- **INFORMATION PROVIDED**:
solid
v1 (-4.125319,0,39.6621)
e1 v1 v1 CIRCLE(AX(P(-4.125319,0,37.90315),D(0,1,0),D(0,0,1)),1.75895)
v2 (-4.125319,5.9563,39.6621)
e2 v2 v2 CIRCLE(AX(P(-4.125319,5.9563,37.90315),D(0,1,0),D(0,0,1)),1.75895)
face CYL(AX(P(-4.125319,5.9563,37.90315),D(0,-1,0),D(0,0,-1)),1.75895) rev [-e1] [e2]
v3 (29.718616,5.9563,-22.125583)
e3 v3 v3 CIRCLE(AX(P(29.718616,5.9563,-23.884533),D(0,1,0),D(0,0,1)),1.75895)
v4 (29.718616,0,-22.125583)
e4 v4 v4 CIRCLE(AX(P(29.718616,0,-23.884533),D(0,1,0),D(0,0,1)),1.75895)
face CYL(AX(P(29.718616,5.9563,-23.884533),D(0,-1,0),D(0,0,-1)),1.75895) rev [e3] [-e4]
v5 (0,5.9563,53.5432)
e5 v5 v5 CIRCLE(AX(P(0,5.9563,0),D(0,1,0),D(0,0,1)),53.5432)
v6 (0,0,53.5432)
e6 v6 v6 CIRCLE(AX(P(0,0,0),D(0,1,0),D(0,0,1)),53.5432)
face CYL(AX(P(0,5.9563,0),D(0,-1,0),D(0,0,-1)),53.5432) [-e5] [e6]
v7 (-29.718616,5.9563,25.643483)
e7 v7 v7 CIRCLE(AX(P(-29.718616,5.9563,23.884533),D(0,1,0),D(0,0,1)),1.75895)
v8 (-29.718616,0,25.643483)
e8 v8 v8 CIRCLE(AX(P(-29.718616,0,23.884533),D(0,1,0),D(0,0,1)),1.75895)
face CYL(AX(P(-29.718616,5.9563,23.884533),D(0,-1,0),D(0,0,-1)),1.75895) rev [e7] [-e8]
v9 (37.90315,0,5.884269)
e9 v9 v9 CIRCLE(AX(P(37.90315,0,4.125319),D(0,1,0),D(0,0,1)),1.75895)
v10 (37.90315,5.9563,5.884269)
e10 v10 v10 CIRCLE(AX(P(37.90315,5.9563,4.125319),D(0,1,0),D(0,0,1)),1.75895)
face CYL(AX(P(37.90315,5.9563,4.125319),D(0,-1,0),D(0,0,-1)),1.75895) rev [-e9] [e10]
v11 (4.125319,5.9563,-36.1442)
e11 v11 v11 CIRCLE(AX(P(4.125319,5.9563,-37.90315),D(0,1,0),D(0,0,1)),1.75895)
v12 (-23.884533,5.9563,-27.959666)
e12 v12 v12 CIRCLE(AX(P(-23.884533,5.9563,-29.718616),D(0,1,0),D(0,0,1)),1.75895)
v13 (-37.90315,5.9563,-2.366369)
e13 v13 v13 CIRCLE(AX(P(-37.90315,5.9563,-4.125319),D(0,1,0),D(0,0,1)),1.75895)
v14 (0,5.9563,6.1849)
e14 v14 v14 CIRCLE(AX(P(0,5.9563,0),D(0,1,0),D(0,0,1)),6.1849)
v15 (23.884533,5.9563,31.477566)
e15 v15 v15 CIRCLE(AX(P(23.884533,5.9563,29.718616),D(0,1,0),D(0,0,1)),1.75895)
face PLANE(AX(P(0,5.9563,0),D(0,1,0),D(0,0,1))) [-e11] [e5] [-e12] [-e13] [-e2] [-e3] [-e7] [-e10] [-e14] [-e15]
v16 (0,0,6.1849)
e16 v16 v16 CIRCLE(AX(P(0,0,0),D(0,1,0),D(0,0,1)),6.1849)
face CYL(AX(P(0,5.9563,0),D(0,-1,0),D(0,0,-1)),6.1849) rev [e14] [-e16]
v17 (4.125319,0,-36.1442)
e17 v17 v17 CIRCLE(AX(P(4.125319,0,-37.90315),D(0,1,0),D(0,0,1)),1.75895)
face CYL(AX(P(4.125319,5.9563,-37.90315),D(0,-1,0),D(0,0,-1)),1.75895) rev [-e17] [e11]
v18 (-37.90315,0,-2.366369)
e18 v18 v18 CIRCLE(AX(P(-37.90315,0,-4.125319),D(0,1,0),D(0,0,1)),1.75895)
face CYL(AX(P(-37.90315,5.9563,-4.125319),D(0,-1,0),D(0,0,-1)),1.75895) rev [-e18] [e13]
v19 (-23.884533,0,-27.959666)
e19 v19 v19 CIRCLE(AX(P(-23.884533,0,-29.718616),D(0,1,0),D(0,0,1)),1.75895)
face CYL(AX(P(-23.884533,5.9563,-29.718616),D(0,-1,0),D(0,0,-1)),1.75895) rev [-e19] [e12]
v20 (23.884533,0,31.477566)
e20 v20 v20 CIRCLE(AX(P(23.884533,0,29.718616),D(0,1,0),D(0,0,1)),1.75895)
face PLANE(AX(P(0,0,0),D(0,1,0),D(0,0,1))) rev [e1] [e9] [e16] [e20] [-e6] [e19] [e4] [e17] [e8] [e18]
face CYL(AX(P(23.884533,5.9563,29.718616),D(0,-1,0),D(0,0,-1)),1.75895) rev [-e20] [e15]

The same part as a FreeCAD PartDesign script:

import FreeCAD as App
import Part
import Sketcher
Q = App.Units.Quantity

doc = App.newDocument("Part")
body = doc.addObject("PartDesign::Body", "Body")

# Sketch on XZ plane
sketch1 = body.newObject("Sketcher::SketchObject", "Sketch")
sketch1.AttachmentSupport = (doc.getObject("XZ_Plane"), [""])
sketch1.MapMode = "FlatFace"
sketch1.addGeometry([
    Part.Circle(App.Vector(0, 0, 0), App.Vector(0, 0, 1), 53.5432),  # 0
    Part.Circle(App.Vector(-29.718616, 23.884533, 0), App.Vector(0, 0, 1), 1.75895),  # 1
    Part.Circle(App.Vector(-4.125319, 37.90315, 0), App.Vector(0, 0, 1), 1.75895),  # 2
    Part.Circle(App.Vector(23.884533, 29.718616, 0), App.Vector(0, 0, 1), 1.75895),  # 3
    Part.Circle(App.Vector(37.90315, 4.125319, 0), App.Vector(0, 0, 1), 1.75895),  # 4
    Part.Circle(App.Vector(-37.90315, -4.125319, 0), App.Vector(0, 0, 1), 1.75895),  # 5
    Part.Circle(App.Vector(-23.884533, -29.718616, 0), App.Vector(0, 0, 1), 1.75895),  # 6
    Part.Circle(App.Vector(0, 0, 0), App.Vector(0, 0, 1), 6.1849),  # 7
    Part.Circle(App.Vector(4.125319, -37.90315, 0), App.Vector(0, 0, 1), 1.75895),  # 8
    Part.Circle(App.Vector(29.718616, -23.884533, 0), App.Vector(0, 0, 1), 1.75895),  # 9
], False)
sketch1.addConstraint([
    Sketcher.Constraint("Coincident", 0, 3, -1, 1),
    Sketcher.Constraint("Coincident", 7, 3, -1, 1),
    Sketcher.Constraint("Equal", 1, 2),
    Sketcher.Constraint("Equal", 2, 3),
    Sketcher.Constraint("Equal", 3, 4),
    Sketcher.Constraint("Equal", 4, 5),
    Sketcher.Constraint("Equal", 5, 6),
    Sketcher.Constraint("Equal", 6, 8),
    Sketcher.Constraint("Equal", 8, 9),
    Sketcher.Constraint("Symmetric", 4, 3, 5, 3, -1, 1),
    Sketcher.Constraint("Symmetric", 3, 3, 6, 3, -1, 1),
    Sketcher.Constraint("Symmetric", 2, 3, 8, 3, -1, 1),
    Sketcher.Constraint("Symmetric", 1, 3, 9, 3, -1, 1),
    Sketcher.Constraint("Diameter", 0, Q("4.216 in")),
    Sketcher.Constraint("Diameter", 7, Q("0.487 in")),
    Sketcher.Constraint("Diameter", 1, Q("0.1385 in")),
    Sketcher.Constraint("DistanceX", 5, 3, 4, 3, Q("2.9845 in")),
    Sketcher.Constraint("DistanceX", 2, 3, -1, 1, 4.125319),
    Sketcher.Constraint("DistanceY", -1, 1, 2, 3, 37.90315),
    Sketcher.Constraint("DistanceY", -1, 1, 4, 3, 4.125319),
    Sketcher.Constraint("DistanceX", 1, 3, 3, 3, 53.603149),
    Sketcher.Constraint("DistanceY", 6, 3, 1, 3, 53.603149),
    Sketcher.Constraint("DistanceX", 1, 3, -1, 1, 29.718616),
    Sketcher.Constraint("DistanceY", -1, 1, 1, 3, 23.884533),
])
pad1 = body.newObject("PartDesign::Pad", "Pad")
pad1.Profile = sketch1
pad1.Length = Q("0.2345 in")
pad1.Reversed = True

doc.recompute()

- **DESCRIPTION OF THE TASK**:
Both end lines included, restate word for word the lines above from the line with "e19 v19 v19" to the line with "e20 v20 v20", and nothing else.

- **RESULT**:
e19 v19 v19 CIRCLE(AX(P(-23.884533,0,-29.718616),D(0,1,0),D(0,0,1)),1.75895)
face CYL(AX(P(-23.884533,5.9563,-29.718616),D(0,-1,0),D(0,0,-1)),1.75895) rev [-e19] [e12]
v20 (23.884533,0,31.477566)
e20 v20 v20 CIRCLE(AX(P(23.884533,0,29.718616),D(0,1,0),D(0,0,1)),1.75895)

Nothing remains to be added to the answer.